▶ _Description of the task_
Where the string "CONE" occurs in a line of the entries below, copy that line.

[Opening Exercise material section]

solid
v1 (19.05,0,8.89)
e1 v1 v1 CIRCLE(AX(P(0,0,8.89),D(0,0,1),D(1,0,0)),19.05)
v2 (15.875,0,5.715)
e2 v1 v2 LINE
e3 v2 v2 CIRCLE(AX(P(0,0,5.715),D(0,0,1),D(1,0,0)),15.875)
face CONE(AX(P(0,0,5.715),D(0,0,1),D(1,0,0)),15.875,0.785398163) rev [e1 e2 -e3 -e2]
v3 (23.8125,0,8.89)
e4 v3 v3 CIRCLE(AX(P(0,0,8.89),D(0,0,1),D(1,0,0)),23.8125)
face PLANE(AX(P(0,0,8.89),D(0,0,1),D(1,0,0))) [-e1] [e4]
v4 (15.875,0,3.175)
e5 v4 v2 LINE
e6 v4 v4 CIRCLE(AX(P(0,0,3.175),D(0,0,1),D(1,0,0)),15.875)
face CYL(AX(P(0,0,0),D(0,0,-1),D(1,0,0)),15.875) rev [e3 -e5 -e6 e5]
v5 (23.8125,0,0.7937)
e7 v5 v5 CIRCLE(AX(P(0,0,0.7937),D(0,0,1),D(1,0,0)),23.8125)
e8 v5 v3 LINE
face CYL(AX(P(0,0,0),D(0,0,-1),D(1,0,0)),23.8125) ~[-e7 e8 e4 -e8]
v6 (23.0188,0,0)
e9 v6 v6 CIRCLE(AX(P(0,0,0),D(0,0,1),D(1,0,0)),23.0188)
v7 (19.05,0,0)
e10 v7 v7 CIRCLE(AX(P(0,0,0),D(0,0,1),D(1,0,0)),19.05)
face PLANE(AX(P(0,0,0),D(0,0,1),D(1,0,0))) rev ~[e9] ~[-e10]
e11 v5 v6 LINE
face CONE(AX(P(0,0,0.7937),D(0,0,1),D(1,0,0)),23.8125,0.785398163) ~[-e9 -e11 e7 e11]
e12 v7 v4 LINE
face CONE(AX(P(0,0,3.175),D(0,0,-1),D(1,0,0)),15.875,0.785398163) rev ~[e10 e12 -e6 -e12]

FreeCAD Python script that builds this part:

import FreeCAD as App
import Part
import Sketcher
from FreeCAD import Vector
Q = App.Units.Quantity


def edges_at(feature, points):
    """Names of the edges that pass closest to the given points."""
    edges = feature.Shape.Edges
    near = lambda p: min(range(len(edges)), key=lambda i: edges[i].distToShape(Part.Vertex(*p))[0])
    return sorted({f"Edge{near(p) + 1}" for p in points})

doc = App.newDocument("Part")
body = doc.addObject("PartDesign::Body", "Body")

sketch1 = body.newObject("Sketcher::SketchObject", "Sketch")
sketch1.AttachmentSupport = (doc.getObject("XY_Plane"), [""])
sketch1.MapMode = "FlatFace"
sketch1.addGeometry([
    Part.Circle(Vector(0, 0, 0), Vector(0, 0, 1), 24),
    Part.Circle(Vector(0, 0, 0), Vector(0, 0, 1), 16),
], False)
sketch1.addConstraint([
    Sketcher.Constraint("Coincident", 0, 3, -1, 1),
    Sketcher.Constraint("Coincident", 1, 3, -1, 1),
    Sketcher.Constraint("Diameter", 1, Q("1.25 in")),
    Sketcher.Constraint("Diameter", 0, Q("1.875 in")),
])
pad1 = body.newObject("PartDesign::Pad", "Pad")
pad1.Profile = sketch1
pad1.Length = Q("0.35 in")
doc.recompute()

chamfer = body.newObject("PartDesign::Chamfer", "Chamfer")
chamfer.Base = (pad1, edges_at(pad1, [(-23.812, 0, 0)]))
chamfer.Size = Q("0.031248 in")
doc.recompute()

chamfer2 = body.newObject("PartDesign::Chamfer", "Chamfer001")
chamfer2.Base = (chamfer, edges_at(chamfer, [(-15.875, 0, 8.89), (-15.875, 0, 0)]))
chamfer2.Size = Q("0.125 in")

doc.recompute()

[Closing Exercise material section]

▶ _Reply to the exercise_
face CONE(AX(P(0,0,5.715),D(0,0,1),D(1,0,0)),15.875,0.785398163) rev [e1 e2 -e3 -e2]
face CONE(AX(P(0,0,0.7937),D(0,0,1),D(1,0,0)),23.8125,0.785398163) ~[-e9 -e11 e7 e11]
face CONE(AX(P(0,0,3.175),D(0,0,-1),D(1,0,0)),15.875,0.785398163) rev ~[e10 e12 -e6 -e12]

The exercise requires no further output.